[Input Boundary: Start]

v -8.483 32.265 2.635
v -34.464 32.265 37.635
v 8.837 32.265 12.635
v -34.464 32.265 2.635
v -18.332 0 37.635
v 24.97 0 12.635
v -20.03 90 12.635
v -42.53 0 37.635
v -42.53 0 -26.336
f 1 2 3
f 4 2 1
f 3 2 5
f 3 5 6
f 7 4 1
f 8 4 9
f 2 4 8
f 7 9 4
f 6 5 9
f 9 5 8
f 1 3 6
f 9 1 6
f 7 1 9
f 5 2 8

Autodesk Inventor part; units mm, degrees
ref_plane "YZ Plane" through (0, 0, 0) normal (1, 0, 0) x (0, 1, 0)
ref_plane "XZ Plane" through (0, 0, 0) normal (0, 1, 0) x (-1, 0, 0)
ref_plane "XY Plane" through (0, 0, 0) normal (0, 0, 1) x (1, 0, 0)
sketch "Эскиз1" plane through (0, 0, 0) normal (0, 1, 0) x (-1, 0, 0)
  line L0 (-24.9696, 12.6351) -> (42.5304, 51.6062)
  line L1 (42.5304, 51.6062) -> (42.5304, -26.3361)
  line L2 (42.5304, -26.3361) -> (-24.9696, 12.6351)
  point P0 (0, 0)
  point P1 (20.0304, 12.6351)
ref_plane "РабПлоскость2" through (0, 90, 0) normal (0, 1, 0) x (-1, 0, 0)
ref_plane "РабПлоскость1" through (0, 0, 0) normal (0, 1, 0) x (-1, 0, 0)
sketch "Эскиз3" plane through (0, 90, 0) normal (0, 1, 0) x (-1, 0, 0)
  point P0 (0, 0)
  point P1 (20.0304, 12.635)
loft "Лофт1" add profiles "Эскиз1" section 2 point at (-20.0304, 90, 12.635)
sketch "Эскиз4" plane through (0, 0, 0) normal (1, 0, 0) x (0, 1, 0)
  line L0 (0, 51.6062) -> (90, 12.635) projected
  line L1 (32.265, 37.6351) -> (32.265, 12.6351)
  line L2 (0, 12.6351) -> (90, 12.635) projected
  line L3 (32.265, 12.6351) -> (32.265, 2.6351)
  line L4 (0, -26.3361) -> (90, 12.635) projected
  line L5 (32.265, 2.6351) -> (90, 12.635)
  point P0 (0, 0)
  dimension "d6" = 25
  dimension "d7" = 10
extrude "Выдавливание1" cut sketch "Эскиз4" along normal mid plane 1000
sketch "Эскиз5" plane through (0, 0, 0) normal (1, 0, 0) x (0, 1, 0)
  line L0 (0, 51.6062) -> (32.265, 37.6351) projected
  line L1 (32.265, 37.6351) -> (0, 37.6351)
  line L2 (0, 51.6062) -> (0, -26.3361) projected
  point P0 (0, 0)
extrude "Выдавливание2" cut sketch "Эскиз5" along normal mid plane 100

[Input Boundary: End]
[Input Boundary: Start]

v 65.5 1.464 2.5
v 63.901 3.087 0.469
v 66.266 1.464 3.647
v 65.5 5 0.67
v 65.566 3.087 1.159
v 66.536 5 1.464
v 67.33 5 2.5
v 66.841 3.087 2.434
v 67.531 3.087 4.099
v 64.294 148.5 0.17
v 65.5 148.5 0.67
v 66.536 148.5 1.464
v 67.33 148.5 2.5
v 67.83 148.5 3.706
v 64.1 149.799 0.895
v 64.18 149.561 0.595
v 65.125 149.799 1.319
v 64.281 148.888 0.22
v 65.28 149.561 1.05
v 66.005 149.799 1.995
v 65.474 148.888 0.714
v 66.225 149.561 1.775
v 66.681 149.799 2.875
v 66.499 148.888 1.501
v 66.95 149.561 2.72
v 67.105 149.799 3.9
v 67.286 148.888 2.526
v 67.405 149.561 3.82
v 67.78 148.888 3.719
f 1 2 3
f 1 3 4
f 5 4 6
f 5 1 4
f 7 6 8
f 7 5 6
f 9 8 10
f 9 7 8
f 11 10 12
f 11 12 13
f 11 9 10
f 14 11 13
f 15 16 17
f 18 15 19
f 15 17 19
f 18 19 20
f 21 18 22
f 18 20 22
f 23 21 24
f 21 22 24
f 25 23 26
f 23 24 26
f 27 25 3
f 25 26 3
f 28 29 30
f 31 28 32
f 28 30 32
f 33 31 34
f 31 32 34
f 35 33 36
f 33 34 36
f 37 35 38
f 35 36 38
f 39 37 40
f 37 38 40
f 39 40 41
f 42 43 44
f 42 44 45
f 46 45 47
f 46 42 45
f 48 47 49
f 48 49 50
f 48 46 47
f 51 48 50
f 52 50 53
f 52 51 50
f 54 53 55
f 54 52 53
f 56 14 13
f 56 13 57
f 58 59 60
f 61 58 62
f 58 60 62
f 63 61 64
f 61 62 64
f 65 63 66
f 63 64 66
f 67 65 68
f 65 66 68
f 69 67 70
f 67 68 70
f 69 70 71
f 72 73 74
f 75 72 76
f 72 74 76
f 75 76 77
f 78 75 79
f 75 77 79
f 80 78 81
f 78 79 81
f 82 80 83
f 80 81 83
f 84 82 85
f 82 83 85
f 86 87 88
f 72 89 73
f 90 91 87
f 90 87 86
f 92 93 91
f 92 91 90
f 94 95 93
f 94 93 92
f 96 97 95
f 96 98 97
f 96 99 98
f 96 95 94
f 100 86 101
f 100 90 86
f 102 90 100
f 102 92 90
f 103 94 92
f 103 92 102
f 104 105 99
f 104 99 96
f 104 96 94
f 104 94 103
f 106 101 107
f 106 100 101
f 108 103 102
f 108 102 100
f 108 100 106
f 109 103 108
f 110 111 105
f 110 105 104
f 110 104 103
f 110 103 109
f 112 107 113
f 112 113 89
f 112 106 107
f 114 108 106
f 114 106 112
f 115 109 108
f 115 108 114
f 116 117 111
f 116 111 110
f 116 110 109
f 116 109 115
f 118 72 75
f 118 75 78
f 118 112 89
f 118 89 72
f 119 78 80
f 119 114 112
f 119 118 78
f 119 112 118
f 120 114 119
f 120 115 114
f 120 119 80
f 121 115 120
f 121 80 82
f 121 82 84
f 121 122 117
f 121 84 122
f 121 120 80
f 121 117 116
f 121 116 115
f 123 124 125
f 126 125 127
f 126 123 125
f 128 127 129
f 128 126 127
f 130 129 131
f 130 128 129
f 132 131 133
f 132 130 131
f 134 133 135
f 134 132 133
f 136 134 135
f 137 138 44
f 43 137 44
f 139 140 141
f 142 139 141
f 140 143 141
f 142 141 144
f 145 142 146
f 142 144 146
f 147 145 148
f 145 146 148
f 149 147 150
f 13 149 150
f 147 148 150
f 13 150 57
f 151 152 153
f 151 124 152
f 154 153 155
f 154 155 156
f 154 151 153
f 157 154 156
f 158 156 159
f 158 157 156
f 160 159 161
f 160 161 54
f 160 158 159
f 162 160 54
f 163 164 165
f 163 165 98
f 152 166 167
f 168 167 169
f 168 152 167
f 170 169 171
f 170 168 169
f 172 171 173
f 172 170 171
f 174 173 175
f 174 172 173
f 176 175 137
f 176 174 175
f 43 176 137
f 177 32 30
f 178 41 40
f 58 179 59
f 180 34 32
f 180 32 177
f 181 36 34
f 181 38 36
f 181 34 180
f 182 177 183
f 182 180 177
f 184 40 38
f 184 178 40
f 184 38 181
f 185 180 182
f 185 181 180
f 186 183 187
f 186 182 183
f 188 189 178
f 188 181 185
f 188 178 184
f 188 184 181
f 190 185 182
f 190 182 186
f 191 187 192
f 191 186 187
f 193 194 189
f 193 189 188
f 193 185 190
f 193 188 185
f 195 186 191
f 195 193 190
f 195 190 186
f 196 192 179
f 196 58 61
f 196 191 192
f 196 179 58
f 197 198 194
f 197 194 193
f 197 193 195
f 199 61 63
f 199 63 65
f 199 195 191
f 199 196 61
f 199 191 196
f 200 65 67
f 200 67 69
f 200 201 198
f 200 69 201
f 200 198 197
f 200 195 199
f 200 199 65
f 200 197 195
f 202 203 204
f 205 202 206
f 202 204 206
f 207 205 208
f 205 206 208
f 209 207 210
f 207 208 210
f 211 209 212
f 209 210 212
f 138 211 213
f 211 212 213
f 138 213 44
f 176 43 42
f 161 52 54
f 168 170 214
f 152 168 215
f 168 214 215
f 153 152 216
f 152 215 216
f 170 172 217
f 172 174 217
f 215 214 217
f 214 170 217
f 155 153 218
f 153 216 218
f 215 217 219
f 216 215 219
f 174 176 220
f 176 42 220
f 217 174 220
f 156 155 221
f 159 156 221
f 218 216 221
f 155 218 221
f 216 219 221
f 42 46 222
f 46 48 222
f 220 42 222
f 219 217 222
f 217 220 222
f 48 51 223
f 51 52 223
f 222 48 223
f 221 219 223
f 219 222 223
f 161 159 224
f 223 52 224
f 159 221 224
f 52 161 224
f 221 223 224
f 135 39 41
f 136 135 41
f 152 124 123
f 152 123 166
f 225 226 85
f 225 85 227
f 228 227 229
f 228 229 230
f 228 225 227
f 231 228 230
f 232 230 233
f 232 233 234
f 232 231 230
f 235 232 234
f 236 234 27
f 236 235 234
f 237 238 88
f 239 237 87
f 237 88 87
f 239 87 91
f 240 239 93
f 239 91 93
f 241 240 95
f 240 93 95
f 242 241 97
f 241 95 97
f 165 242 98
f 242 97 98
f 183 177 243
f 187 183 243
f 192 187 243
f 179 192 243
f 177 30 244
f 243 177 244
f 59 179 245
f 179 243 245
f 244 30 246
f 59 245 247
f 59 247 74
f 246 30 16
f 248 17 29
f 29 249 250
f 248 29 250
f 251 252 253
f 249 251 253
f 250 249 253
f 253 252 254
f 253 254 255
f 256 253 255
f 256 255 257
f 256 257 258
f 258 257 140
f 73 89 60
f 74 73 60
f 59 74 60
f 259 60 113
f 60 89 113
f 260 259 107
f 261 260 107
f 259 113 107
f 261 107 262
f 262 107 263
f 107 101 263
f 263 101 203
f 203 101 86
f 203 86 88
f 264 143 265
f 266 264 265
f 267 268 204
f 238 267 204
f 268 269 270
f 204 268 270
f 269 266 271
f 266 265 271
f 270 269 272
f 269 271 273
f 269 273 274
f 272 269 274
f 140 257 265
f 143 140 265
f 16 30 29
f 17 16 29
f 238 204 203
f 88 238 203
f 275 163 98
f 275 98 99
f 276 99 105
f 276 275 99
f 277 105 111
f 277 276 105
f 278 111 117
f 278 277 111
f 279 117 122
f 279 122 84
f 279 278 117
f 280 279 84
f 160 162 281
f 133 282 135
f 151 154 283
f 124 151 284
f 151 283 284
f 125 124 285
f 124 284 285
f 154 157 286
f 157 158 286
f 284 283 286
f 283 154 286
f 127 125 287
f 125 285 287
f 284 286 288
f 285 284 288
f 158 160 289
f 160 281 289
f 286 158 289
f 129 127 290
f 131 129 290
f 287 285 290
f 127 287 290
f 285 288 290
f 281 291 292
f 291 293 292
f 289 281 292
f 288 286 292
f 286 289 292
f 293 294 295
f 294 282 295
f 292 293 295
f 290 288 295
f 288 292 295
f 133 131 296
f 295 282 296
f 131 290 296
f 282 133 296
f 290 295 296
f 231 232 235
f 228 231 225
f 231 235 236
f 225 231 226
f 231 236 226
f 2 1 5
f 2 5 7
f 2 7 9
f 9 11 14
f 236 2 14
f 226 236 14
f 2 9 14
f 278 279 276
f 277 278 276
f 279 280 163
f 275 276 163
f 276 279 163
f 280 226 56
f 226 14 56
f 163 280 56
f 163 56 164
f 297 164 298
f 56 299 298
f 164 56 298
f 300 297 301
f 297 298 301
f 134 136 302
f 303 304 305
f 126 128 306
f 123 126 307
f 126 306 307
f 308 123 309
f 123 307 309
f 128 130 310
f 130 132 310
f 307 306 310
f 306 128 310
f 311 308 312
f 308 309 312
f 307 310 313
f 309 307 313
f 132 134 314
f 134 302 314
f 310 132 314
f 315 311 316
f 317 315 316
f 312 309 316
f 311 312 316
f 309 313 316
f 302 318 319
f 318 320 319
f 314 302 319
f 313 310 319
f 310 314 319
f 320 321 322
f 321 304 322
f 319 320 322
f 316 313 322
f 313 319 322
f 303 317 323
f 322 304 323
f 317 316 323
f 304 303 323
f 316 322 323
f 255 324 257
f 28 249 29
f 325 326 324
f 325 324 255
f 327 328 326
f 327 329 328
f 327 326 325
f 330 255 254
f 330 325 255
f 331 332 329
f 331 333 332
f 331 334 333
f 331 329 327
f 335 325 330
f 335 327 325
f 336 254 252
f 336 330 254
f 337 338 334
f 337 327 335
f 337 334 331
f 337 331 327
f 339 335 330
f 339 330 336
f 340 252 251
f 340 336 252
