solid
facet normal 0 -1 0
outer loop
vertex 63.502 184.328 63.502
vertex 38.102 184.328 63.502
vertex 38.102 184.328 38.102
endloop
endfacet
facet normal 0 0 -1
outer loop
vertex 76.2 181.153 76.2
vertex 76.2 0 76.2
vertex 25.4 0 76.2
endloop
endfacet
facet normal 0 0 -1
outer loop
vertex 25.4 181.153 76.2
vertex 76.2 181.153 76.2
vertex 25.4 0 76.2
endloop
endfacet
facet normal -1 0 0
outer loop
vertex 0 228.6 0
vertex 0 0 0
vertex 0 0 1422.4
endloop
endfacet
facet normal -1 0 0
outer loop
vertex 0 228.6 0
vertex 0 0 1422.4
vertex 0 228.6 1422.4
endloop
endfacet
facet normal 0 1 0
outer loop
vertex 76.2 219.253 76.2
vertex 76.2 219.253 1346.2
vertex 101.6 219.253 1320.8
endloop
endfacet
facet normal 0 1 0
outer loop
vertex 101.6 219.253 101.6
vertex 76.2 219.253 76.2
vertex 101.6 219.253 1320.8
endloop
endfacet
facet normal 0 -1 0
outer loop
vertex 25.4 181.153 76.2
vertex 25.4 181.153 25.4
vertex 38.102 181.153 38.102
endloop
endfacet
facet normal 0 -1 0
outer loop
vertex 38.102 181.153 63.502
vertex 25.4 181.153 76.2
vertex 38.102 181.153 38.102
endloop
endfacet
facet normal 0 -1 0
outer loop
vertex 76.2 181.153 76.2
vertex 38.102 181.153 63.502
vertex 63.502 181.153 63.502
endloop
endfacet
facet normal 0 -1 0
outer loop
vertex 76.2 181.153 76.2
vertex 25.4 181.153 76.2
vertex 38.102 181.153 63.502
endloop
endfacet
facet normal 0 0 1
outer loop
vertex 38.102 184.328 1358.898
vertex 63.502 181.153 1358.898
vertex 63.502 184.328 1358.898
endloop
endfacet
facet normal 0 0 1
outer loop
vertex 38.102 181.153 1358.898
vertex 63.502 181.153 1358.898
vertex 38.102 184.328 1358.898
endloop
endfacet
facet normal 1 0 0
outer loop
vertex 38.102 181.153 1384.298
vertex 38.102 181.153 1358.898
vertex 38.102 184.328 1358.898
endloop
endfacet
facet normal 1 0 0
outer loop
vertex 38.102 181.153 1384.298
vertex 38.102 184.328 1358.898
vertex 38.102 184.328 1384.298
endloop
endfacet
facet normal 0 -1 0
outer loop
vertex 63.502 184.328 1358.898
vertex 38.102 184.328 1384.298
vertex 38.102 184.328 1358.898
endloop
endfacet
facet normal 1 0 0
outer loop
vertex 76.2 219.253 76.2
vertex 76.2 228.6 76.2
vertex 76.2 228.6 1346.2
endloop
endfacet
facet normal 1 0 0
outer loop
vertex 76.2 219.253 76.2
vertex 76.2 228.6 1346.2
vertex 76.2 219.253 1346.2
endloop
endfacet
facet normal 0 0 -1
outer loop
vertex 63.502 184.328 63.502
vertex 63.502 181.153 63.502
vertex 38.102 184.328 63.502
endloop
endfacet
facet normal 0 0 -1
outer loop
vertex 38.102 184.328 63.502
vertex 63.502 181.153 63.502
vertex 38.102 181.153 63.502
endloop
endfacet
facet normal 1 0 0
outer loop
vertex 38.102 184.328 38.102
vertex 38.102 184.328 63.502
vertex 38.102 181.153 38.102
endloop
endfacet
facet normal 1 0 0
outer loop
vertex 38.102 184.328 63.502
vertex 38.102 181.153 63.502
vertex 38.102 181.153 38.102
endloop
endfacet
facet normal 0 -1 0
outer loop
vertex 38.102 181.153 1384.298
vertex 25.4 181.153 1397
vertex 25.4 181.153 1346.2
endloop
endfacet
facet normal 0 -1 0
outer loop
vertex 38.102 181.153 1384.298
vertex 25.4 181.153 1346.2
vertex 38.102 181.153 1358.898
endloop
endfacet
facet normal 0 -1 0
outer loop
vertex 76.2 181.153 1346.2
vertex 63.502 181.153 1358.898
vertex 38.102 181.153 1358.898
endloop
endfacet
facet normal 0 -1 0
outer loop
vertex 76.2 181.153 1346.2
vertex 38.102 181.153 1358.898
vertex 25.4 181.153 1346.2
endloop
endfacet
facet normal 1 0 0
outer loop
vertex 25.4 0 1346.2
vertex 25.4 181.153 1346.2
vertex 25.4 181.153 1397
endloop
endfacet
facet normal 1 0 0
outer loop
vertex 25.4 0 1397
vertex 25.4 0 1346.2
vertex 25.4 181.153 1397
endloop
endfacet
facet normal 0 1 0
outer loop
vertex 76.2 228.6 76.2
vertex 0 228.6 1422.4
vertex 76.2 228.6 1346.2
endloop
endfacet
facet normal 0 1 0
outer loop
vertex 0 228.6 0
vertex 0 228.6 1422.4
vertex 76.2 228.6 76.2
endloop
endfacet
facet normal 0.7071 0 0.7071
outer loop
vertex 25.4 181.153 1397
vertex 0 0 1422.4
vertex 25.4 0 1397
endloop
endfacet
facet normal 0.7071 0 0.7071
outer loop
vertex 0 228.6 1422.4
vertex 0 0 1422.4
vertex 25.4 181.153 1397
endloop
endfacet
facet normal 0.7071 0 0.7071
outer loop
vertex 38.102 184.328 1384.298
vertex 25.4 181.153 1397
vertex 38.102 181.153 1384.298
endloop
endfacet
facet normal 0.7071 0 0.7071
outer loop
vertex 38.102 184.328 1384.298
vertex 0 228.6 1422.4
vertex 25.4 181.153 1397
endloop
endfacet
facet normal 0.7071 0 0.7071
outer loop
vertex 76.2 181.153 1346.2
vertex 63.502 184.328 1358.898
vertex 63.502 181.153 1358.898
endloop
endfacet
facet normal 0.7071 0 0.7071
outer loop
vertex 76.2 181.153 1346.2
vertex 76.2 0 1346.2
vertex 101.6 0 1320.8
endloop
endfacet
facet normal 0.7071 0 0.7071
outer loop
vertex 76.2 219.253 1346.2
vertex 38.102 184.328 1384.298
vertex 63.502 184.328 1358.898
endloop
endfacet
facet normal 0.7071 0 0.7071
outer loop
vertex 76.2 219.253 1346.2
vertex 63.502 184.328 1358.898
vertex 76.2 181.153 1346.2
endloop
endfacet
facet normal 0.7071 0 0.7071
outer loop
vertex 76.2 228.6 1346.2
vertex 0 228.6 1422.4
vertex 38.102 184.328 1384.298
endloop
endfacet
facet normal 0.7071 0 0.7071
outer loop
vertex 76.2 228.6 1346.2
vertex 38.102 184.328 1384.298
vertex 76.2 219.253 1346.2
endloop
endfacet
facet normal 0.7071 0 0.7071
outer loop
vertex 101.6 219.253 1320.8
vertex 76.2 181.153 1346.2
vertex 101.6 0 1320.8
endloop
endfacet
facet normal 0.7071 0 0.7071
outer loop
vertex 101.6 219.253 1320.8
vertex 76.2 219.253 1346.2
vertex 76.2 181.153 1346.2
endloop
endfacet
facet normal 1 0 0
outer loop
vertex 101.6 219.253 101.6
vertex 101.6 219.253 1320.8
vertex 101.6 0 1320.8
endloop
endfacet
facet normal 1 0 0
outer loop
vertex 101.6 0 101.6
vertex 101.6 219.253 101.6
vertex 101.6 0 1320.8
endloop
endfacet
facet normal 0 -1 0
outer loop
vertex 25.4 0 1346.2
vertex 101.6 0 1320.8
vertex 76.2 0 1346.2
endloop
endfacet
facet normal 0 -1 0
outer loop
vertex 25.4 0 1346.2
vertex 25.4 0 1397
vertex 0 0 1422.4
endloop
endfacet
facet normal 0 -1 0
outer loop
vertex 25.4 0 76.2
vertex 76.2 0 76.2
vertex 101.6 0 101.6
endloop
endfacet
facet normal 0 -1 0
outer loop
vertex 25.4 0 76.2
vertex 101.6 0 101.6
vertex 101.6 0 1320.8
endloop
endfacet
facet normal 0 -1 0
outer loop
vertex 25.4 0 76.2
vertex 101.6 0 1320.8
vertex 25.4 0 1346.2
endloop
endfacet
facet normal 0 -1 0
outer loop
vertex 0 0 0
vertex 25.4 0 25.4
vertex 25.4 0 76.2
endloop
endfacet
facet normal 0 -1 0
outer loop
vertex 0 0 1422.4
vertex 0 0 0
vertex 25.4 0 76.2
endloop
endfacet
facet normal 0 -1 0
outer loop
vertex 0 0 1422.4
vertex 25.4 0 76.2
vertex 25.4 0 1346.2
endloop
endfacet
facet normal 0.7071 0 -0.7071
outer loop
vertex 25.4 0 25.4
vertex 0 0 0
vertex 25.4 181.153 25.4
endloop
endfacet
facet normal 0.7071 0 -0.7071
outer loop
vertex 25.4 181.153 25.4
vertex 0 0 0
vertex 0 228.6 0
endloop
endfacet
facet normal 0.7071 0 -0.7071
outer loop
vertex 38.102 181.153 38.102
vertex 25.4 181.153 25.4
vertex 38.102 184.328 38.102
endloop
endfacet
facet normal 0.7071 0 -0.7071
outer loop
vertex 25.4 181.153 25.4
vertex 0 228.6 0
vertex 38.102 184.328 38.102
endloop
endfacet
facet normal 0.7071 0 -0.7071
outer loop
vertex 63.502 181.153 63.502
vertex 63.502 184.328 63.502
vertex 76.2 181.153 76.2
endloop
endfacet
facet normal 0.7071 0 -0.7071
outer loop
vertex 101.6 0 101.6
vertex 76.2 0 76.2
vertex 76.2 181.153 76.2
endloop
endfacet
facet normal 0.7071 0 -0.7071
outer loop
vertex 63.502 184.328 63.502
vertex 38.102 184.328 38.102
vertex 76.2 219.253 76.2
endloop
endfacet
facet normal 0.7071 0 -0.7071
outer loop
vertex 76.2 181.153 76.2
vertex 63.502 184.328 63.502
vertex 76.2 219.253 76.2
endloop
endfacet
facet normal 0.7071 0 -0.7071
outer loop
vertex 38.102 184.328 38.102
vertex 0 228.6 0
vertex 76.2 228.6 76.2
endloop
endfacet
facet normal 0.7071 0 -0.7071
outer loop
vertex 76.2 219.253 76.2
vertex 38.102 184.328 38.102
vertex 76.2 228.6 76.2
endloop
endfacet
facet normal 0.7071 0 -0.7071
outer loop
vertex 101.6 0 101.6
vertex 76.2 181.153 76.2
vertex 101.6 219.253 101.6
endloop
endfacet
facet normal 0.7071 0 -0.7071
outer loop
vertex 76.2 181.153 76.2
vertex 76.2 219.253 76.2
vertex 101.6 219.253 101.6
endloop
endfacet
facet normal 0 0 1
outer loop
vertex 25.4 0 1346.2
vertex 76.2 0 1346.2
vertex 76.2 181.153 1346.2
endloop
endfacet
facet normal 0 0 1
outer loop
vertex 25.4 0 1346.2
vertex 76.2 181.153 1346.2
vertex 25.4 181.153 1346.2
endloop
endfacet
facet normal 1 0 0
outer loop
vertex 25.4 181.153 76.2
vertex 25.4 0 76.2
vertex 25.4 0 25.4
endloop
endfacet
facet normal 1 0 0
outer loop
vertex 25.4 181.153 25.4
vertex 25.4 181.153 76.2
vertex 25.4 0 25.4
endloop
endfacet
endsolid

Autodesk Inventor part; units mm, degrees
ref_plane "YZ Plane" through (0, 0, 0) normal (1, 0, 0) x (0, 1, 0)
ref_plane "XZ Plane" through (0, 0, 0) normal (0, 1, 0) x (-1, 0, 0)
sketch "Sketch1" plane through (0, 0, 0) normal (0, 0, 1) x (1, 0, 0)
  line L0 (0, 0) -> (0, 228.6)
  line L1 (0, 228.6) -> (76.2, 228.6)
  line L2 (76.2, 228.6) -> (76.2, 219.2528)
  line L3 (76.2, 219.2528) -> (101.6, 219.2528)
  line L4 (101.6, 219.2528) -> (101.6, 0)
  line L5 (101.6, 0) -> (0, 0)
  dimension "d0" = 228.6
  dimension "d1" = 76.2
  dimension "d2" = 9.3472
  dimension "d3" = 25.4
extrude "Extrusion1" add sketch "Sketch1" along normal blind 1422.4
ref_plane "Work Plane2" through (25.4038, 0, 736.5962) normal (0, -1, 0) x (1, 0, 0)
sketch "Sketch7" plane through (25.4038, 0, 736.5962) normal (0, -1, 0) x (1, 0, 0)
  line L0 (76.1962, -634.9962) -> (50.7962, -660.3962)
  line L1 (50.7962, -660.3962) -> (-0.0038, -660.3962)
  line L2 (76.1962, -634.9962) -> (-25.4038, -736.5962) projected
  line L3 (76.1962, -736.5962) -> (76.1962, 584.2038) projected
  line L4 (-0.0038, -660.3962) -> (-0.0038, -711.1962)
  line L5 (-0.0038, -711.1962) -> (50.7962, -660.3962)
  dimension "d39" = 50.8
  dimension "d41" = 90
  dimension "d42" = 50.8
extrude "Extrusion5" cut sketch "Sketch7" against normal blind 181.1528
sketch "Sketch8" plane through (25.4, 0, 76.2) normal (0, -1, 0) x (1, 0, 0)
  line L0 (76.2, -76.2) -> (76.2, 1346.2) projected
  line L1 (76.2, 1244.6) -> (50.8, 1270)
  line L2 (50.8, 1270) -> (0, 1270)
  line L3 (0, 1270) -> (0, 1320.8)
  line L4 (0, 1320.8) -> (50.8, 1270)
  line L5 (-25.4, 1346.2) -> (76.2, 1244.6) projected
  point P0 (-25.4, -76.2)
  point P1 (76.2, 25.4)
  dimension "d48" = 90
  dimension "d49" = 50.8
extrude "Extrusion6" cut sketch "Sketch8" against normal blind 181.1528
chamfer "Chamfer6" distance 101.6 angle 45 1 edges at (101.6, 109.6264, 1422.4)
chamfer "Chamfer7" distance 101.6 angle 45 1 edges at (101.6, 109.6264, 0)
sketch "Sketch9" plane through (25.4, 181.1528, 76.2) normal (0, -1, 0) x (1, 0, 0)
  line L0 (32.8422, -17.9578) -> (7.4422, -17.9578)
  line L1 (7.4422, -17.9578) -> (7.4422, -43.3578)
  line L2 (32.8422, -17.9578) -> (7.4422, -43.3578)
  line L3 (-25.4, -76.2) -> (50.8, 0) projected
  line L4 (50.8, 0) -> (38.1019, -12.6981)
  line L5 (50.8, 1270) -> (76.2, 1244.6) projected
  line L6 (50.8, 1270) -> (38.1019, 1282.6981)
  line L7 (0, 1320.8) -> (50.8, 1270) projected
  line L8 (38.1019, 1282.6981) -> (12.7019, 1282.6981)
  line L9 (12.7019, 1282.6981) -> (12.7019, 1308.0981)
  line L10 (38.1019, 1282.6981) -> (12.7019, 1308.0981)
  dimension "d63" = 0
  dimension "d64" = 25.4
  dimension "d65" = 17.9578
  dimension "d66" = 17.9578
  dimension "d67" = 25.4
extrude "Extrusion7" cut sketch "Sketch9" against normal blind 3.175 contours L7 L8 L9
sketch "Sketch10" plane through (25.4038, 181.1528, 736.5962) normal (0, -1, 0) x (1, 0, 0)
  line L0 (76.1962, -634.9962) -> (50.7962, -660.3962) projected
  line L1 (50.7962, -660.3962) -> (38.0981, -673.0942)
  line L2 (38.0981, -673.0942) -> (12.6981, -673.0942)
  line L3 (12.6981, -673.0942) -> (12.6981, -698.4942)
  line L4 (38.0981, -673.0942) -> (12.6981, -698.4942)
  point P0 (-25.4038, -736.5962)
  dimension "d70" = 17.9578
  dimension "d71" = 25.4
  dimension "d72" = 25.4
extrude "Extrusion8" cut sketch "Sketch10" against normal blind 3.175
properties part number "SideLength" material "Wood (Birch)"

[Input Boundary: End]

- _The task_
In the entries above, the lines between the one holding "f 225 85 227" and the one holding "f 293 294 295", inclusive, are to be printed exactly as written, and those alone.

- _Answer to this problem_
f 225 85 227
f 228 227 229
f 228 229 230
f 228 225 227
f 231 228 230
f 232 230 233
f 232 233 234
f 232 231 230
f 235 232 234
f 236 234 27
f 236 235 234
f 237 238 88
f 239 237 87
f 237 88 87
f 239 87 91
f 240 239 93
f 239 91 93
f 241 240 95
f 240 93 95
f 242 241 97
f 241 95 97
f 165 242 98
f 242 97 98
f 183 177 243
f 187 183 243
f 192 187 243
f 179 192 243
f 177 30 244
f 243 177 244
f 59 179 245
f 179 243 245
f 244 30 246
f 59 245 247
f 59 247 74
f 246 30 16
f 248 17 29
f 29 249 250
f 248 29 250
f 251 252 253
f 249 251 253
f 250 249 253
f 253 252 254
f 253 254 255
f 256 253 255
f 256 255 257
f 256 257 258
f 258 257 140
f 73 89 60
f 74 73 60
f 59 74 60
f 259 60 113
f 60 89 113
f 260 259 107
f 261 260 107
f 259 113 107
f 261 107 262
f 262 107 263
f 107 101 263
f 263 101 203
f 203 101 86
f 203 86 88
f 264 143 265
f 266 264 265
f 267 268 204
f 238 267 204
f 268 269 270
f 204 268 270
f 269 266 271
f 266 265 271
f 270 269 272
f 269 271 273
f 269 273 274
f 272 269 274
f 140 257 265
f 143 140 265
f 16 30 29
f 17 16 29
f 238 204 203
f 88 238 203
f 275 163 98
f 275 98 99
f 276 99 105
f 276 275 99
f 277 105 111
f 277 276 105
f 278 111 117
f 278 277 111
f 279 117 122
f 279 122 84
f 279 278 117
f 280 279 84
f 160 162 281
f 133 282 135
f 151 154 283
f 124 151 284
f 151 283 284
f 125 124 285
f 124 284 285
f 154 157 286
f 157 158 286
f 284 283 286
f 283 154 286
f 127 125 287
f 125 285 287
f 284 286 288
f 285 284 288
f 158 160 289
f 160 281 289
f 286 158 289
f 129 127 290
f 131 129 290
f 287 285 290
f 127 287 290
f 285 288 290
f 281 291 292
f 291 293 292
f 289 281 292
f 288 286 292
f 286 289 292
f 293 294 295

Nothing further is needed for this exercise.